DATA SUPPLIED ::
※

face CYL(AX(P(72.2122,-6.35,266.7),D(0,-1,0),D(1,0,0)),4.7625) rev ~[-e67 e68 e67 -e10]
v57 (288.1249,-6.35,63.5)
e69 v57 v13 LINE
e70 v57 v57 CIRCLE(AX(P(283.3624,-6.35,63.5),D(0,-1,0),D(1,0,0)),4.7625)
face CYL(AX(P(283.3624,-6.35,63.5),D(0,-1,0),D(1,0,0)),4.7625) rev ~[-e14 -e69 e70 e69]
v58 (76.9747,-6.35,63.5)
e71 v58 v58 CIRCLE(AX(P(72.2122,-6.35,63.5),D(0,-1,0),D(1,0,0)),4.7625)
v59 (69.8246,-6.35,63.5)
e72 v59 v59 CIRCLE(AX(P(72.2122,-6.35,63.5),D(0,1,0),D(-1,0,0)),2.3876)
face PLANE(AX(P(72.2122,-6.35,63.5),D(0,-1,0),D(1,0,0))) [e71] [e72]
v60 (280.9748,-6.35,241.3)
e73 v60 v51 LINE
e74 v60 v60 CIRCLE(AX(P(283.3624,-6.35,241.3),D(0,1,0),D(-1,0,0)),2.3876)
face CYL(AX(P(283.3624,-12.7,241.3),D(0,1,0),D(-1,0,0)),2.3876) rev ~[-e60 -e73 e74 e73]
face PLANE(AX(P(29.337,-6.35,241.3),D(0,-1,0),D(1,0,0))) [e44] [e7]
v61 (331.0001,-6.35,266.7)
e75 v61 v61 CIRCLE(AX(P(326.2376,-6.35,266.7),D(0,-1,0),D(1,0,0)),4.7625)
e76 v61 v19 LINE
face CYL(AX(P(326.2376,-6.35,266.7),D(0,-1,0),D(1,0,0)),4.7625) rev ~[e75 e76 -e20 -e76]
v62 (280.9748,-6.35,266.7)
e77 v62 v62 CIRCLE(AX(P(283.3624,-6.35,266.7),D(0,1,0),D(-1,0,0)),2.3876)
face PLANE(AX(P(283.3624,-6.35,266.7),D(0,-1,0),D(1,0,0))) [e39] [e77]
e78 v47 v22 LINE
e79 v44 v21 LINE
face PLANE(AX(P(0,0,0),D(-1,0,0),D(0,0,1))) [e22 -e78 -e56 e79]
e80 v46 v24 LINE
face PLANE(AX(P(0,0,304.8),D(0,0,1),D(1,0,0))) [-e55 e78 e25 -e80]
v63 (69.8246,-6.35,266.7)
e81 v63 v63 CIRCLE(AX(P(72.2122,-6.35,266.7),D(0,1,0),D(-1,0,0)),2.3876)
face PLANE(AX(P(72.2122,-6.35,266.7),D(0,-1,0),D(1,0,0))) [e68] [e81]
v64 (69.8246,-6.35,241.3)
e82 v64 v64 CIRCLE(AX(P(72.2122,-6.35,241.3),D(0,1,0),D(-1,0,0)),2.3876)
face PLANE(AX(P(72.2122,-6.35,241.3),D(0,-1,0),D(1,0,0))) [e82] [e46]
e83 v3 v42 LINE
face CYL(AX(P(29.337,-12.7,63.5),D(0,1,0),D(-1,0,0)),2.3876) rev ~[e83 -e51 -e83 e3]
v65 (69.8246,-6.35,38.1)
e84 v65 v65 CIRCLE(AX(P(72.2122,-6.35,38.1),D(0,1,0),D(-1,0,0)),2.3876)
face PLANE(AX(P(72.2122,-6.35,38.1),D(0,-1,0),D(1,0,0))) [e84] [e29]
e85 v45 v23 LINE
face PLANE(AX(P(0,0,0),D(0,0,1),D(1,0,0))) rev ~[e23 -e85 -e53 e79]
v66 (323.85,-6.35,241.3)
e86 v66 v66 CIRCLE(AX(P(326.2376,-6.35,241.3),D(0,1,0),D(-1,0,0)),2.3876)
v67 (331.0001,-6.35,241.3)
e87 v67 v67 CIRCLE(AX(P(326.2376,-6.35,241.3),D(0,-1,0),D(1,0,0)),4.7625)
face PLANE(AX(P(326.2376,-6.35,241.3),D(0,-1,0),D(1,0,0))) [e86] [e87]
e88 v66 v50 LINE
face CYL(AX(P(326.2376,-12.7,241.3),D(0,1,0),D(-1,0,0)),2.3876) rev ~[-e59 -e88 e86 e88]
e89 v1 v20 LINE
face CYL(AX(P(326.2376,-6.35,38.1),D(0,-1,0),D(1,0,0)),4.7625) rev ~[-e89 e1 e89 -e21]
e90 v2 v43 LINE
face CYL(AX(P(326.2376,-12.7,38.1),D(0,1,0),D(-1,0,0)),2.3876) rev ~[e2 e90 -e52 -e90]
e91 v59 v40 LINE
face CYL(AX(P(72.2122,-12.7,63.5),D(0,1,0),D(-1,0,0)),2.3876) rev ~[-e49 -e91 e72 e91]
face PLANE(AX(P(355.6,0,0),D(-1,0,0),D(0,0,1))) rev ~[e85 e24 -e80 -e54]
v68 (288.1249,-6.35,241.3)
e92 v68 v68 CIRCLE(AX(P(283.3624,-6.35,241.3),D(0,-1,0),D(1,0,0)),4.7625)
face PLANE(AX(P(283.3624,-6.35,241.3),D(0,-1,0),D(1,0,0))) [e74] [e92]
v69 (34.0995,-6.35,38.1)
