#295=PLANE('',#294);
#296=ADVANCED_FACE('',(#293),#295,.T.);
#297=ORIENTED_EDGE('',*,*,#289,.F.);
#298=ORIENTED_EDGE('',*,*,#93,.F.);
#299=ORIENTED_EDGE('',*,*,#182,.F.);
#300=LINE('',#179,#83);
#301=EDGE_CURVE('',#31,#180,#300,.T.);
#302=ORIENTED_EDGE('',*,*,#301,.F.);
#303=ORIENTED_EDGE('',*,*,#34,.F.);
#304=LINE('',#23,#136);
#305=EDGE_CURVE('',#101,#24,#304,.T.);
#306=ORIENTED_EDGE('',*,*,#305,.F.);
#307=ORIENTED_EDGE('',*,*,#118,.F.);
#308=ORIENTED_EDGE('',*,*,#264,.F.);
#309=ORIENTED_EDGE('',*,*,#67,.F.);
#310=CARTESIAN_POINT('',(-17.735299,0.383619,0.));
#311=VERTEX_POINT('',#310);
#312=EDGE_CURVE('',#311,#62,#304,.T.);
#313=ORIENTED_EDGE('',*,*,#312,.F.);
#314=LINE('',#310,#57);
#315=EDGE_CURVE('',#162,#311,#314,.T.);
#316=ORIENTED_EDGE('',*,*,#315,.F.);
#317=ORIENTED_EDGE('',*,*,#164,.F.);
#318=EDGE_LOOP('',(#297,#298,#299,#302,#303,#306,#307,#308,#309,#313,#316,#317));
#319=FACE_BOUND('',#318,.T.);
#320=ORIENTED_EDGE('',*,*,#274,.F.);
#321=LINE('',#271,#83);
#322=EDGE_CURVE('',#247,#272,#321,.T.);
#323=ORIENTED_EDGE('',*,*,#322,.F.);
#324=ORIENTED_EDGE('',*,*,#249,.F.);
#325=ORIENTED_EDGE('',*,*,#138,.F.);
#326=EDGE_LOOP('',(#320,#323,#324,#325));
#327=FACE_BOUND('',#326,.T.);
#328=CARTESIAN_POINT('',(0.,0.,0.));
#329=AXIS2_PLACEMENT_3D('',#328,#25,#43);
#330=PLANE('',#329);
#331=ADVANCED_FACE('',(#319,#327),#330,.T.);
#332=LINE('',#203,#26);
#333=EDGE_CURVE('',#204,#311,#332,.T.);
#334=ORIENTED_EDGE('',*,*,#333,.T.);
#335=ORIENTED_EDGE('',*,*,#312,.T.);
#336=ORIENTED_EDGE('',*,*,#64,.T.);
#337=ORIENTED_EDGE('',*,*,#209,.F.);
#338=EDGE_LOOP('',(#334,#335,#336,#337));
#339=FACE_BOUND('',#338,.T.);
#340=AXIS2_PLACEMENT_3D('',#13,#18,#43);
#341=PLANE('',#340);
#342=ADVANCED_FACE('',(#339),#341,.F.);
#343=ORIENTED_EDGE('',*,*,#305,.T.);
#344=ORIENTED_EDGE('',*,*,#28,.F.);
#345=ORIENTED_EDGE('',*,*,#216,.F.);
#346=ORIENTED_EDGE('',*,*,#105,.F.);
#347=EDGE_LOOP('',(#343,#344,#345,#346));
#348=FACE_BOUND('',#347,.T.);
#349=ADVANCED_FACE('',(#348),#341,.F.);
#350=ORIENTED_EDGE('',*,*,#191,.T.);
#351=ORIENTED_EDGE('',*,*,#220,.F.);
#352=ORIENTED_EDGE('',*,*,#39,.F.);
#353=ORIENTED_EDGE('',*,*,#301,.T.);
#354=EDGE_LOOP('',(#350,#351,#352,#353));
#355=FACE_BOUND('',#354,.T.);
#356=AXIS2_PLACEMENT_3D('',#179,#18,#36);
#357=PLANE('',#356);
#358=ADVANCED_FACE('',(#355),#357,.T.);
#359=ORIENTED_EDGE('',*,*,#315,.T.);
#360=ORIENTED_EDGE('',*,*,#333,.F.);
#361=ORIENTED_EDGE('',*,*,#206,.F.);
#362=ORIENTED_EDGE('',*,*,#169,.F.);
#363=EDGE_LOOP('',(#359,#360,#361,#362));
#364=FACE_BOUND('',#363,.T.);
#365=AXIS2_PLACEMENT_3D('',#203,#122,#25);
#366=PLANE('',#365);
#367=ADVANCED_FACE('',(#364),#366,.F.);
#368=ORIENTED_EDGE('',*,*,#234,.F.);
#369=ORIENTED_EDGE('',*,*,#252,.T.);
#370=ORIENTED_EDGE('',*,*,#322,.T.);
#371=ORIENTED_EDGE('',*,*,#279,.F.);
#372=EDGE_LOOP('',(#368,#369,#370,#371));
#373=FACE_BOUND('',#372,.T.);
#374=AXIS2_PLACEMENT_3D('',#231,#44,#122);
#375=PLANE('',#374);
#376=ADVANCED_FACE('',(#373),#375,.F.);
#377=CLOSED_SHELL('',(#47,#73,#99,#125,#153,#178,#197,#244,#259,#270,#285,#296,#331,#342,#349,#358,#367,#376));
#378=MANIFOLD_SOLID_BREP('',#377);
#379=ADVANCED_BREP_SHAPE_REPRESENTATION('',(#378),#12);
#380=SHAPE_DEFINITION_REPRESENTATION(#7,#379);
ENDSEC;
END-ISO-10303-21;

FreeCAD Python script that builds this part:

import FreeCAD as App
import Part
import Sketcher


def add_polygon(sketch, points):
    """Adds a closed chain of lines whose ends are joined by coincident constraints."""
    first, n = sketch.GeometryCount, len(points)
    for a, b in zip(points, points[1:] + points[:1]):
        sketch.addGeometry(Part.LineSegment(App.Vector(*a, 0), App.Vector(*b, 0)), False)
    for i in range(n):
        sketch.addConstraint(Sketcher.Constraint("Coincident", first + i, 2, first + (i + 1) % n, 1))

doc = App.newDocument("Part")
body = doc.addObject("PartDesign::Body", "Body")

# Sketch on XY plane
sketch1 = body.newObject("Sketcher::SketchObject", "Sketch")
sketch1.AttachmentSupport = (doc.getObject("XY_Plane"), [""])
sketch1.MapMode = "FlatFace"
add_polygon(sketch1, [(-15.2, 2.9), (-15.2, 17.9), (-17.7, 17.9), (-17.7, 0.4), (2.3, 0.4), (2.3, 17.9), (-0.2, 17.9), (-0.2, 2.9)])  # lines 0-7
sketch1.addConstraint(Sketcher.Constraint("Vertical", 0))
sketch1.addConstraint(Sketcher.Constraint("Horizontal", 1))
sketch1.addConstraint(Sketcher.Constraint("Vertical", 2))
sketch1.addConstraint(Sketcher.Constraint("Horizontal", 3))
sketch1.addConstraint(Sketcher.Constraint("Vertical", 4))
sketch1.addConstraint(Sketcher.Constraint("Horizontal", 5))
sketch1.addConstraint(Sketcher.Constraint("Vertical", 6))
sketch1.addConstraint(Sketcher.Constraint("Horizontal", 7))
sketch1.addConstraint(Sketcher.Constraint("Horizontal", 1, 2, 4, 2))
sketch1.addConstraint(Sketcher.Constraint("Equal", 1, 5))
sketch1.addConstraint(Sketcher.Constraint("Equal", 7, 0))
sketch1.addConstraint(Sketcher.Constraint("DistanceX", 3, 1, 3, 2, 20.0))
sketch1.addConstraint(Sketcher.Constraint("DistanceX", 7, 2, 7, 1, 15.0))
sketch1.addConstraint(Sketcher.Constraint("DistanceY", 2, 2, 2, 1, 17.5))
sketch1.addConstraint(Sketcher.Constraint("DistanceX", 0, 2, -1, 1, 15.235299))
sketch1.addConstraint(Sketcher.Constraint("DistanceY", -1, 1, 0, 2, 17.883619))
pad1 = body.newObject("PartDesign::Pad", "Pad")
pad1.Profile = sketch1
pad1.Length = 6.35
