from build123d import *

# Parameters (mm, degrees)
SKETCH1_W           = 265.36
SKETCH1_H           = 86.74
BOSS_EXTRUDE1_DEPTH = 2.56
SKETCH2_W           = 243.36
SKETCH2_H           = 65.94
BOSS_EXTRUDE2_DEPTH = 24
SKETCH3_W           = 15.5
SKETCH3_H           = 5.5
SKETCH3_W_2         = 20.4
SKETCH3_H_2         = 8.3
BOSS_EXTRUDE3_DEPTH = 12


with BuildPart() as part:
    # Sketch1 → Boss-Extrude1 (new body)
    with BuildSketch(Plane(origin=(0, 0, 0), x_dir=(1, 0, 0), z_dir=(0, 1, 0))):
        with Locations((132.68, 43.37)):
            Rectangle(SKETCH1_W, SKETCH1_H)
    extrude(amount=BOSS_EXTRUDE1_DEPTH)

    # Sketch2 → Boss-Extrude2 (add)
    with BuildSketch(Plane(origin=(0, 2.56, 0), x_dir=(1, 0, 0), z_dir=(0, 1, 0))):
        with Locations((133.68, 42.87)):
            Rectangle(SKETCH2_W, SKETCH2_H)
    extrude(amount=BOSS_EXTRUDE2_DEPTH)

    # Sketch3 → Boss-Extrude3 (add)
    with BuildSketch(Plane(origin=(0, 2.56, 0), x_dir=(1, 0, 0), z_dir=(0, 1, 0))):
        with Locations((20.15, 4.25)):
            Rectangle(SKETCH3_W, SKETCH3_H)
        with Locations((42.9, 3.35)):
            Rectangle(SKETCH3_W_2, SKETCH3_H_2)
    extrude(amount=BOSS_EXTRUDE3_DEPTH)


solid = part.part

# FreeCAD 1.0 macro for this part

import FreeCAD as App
import Part
import Sketcher

V = App.Vector


def add_polygon(sketch, points):
    """Adds a closed chain of lines whose ends are joined by coincident constraints."""
    first, n = sketch.GeometryCount, len(points)
    for a, b in zip(points, points[1:] + points[:1]):
        sketch.addGeometry(Part.LineSegment(App.Vector(*a, 0), App.Vector(*b, 0)), False)
    for i in range(n):
        sketch.addConstraint(Sketcher.Constraint("Coincident", first + i, 2, first + (i + 1) % n, 1))

doc = App.newDocument("Part")
body = doc.addObject("PartDesign::Body", "Body")

# Sketch on XZ plane
sketch1 = body.newObject("Sketcher::SketchObject", "Sketch")
sketch1.AttachmentSupport = (doc.getObject("XZ_Plane"), [""])
sketch1.MapMode = "FlatFace"
add_polygon(sketch1, [(0, -87), (0, 0), (265, 0), (265, -87)])  # lines 0-3
sketch1.addConstraint([
    Sketcher.Constraint("Vertical", 0),
    Sketcher.Constraint("Horizontal", 1),
    Sketcher.Constraint("Vertical", 2),
    Sketcher.Constraint("Horizontal", 3),
    Sketcher.Constraint("Coincident", 0, 2, -1, 1),
    Sketcher.Constraint("DistanceX", 1, 1, 1, 2, 265.36),
    Sketcher.Constraint("DistanceY", 0, 1, 0, 2, 86.74),
])
pad1 = body.newObject("PartDesign::Pad", "Pad")
pad1.Profile = sketch1
pad1.Length = 2.56
pad1.Reversed = True

# Sketch on XZ plane
sketch2 = body.newObject("Sketcher::SketchObject", "Sketch001")
sketch2.AttachmentSupport = (doc.getObject("XZ_Plane"), [""])
sketch2.MapMode = "FlatFace"
sketch2.AttachmentOffset = App.Placement(V(0, 0, -2.56), App.Rotation())
add_polygon(sketch2, [(12, -76), (12, -10), (255, -10), (255, -76)])  # lines 0-3
sketch2.addConstraint([
    Sketcher.Constraint("Vertical", 0),
    Sketcher.Constraint("Horizontal", 1),
    Sketcher.Constraint("Vertical", 2),
    Sketcher.Constraint("Horizontal", 3),
    Sketcher.Constraint("DistanceX", -1, 1, 0, 2, 12.0),
    Sketcher.Constraint("DistanceX", 1, 1, 1, 2, 243.36),
    Sketcher.Constraint("DistanceY", 0, 1, 0, 2, 65.94),
    Sketcher.Constraint("DistanceY", 0, 2, -1, 1, 9.9),
])
pad2 = body.newObject("PartDesign::Pad", "Pad001")
pad2.Profile = sketch2
pad2.Length = 24
pad2.Reversed = True

# Sketch on XZ plane
sketch3 = body.newObject("Sketcher::SketchObject", "Sketch002")
sketch3.AttachmentSupport = (doc.getObject("XZ_Plane"), [""])
sketch3.MapMode = "FlatFace"
sketch3.AttachmentOffset = App.Placement(V(0, 0, -2.56), App.Rotation())
add_polygon(sketch3, [(12, -7), (12, -2), (28, -2), (28, -7)])  # lines 0-3
add_polygon(sketch3, [(33, -8), (33, 1), (53, 1), (53, -8)])  # lines 4-7
sketch3.addConstraint([
    Sketcher.Constraint("Vertical", 0),
    Sketcher.Constraint("Horizontal", 1),
    Sketcher.Constraint("Vertical", 2),
    Sketcher.Constraint("Horizontal", 3),
    Sketcher.Constraint("Vertical", 4),
    Sketcher.Constraint("Horizontal", 5),
    Sketcher.Constraint("Vertical", 6),
    Sketcher.Constraint("Horizontal", 7),
    Sketcher.Constraint("DistanceX", 1, 1, 1, 2, 15.5),
    Sketcher.Constraint("DistanceX", 5, 1, 5, 2, 20.4),
    Sketcher.Constraint("DistanceY", 0, 1, 0, 2, 5.5),
    Sketcher.Constraint("DistanceY", 4, 1, 4, 2, 8.3),
    Sketcher.Constraint("DistanceY", 2, 2, -1, 1, 7.0),
    Sketcher.Constraint("DistanceY", 6, 2, 1, 2, 6.0),
    Sketcher.Constraint("DistanceX", -1, 1, 0, 2, 12.4),
    Sketcher.Constraint("DistanceX", -1, 1, 4, 2, 32.7),
])
pad3 = body.newObject("PartDesign::Pad", "Pad002")
pad3.Profile = sketch3
pad3.Length = 12
pad3.Reversed = True

doc.recompute()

※

WHAT NEEDS TO BE DONE :: Extract the lines of the preceding material that run from the line with "#346=ORIENTED_EDGE('',*,*,#105,.F.);" through the line with "#357=PLANE('',#356);", inclusive, reproducing them exactly and adding nothing.

RESPONSE BELOW ::
#346=ORIENTED_EDGE('',*,*,#105,.F.);
#347=EDGE_LOOP('',(#343,#344,#345,#346));
#348=FACE_BOUND('',#347,.T.);
#349=ADVANCED_FACE('',(#348),#341,.F.);
#350=ORIENTED_EDGE('',*,*,#191,.T.);
#351=ORIENTED_EDGE('',*,*,#220,.F.);
#352=ORIENTED_EDGE('',*,*,#39,.F.);
#353=ORIENTED_EDGE('',*,*,#301,.T.);
#354=EDGE_LOOP('',(#350,#351,#352,#353));
#355=FACE_BOUND('',#354,.T.);
#356=AXIS2_PLACEMENT_3D('',#179,#18,#36);
#357=PLANE('',#356);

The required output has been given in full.